§ **Task statement**: Print all of the records below again without a single difference.

Stored data
____
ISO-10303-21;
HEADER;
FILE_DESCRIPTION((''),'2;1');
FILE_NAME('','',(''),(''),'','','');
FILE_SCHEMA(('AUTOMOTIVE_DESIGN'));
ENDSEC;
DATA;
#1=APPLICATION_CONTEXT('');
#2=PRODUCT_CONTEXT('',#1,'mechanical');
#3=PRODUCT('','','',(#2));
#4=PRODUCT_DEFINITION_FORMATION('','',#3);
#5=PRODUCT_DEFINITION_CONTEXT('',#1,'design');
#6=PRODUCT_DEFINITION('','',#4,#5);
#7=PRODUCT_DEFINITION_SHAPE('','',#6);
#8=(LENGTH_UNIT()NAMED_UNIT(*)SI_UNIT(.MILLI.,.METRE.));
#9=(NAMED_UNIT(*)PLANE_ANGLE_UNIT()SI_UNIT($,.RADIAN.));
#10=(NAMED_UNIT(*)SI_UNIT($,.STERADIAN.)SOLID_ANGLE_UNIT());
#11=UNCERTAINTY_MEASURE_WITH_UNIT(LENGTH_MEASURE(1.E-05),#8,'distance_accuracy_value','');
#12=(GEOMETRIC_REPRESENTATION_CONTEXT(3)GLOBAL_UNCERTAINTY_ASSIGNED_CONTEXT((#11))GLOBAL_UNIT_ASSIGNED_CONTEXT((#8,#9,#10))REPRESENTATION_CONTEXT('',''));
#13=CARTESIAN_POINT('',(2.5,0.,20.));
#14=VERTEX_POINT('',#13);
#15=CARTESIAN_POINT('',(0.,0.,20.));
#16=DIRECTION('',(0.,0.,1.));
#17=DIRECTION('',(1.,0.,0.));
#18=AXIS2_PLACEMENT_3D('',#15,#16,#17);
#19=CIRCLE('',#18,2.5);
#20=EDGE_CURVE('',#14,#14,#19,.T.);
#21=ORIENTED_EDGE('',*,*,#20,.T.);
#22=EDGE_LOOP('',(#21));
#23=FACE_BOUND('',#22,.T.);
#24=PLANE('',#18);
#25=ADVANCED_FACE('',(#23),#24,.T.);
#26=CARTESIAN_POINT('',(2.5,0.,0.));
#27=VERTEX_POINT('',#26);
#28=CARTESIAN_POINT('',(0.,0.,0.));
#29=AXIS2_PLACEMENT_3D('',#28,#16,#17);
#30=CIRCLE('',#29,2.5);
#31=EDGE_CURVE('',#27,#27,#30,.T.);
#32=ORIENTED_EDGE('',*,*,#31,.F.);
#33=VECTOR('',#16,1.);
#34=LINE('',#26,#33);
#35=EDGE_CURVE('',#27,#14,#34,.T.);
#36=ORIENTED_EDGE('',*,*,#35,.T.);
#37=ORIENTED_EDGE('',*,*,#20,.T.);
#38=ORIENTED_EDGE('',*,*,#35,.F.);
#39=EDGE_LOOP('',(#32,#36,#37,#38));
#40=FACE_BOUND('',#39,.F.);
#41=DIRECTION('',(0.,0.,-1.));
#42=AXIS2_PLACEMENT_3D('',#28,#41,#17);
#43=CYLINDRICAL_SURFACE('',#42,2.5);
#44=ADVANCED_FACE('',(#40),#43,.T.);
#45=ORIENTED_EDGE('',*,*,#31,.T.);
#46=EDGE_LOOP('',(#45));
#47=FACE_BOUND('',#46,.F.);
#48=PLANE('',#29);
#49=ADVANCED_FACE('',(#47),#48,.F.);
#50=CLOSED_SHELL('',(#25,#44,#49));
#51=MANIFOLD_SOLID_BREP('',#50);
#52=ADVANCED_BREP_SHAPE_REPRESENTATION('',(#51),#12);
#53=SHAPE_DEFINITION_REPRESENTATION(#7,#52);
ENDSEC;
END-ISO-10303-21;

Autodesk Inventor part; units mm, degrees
ref_plane "YZ Plane" through (0, 0, 0) normal (1, 0, 0) x (0, 1, 0)
ref_plane "XZ Plane" through (0, 0, 0) normal (0, 1, 0) x (-1, 0, 0)
ref_plane "XY Plane" through (0, 0, 0) normal (0, 0, 1) x (1, 0, 0)
sketch "Sketch1" plane through (0, 0, 0) normal (0, 0, 1) x (1, 0, 0)
  circle A0 centre (0, 0) radius 2.5
  dimension "d0" = 5
extrude "Extrusion1" add sketch "Sketch1" along normal blind 20
properties part number "XcrLeftPulleyShaft"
____
§ **Exercise response**:
ISO-10303-21;
HEADER;
FILE_DESCRIPTION((''),'2;1');
FILE_NAME('','',(''),(''),'','','');
FILE_SCHEMA(('AUTOMOTIVE_DESIGN'));
ENDSEC;
DATA;
#1=APPLICATION_CONTEXT('');
#2=PRODUCT_CONTEXT('',#1,'mechanical');
#3=PRODUCT('','','',(#2));
#4=PRODUCT_DEFINITION_FORMATION('','',#3);
#5=PRODUCT_DEFINITION_CONTEXT('',#1,'design');
#6=PRODUCT_DEFINITION('','',#4,#5);
#7=PRODUCT_DEFINITION_SHAPE('','',#6);
#8=(LENGTH_UNIT()NAMED_UNIT(*)SI_UNIT(.MILLI.,.METRE.));
#9=(NAMED_UNIT(*)PLANE_ANGLE_UNIT()SI_UNIT($,.RADIAN.));
#10=(NAMED_UNIT(*)SI_UNIT($,.STERADIAN.)SOLID_ANGLE_UNIT());
#11=UNCERTAINTY_MEASURE_WITH_UNIT(LENGTH_MEASURE(1.E-05),#8,'distance_accuracy_value','');
#12=(GEOMETRIC_REPRESENTATION_CONTEXT(3)GLOBAL_UNCERTAINTY_ASSIGNED_CONTEXT((#11))GLOBAL_UNIT_ASSIGNED_CONTEXT((#8,#9,#10))REPRESENTATION_CONTEXT('',''));
#13=CARTESIAN_POINT('',(2.5,0.,20.));
#14=VERTEX_POINT('',#13);
#15=CARTESIAN_POINT('',(0.,0.,20.));
#16=DIRECTION('',(0.,0.,1.));
#17=DIRECTION('',(1.,0.,0.));
#18=AXIS2_PLACEMENT_3D('',#15,#16,#17);
#19=CIRCLE('',#18,2.5);
#20=EDGE_CURVE('',#14,#14,#19,.T.);
#21=ORIENTED_EDGE('',*,*,#20,.T.);
#22=EDGE_LOOP('',(#21));
#23=FACE_BOUND('',#22,.T.);
#24=PLANE('',#18);
#25=ADVANCED_FACE('',(#23),#24,.T.);
#26=CARTESIAN_POINT('',(2.5,0.,0.));
#27=VERTEX_POINT('',#26);
#28=CARTESIAN_POINT('',(0.,0.,0.));
#29=AXIS2_PLACEMENT_3D('',#28,#16,#17);
#30=CIRCLE('',#29,2.5);
#31=EDGE_CURVE('',#27,#27,#30,.T.);
#32=ORIENTED_EDGE('',*,*,#31,.F.);
#33=VECTOR('',#16,1.);
#34=LINE('',#26,#33);
#35=EDGE_CURVE('',#27,#14,#34,.T.);
#36=ORIENTED_EDGE('',*,*,#35,.T.);
#37=ORIENTED_EDGE('',*,*,#20,.T.);
#38=ORIENTED_EDGE('',*,*,#35,.F.);
#39=EDGE_LOOP('',(#32,#36,#37,#38));
#40=FACE_BOUND('',#39,.F.);
#41=DIRECTION('',(0.,0.,-1.));
#42=AXIS2_PLACEMENT_3D('',#28,#41,#17);
#43=CYLINDRICAL_SURFACE('',#42,2.5);
#44=ADVANCED_FACE('',(#40),#43,.T.);
#45=ORIENTED_EDGE('',*,*,#31,.T.);
#46=EDGE_LOOP('',(#45));
#47=FACE_BOUND('',#46,.F.);
#48=PLANE('',#29);
#49=ADVANCED_FACE('',(#47),#48,.F.);
#50=CLOSED_SHELL('',(#25,#44,#49));
#51=MANIFOLD_SOLID_BREP('',#50);
#52=ADVANCED_BREP_SHAPE_REPRESENTATION('',(#51),#12);
#53=SHAPE_DEFINITION_REPRESENTATION(#7,#52);
ENDSEC;
END-ISO-10303-21;

Autodesk Inventor part; units mm, degrees
ref_plane "YZ Plane" through (0, 0, 0) normal (1, 0, 0) x (0, 1, 0)
ref_plane "XZ Plane" through (0, 0, 0) normal (0, 1, 0) x (-1, 0, 0)
ref_plane "XY Plane" through (0, 0, 0) normal (0, 0, 1) x (1, 0, 0)
sketch "Sketch1" plane through (0, 0, 0) normal (0, 0, 1) x (1, 0, 0)
  circle A0 centre (0, 0) radius 2.5
  dimension "d0" = 5
extrude "Extrusion1" add sketch "Sketch1" along normal blind 20
properties part number "XcrLeftPulleyShaft"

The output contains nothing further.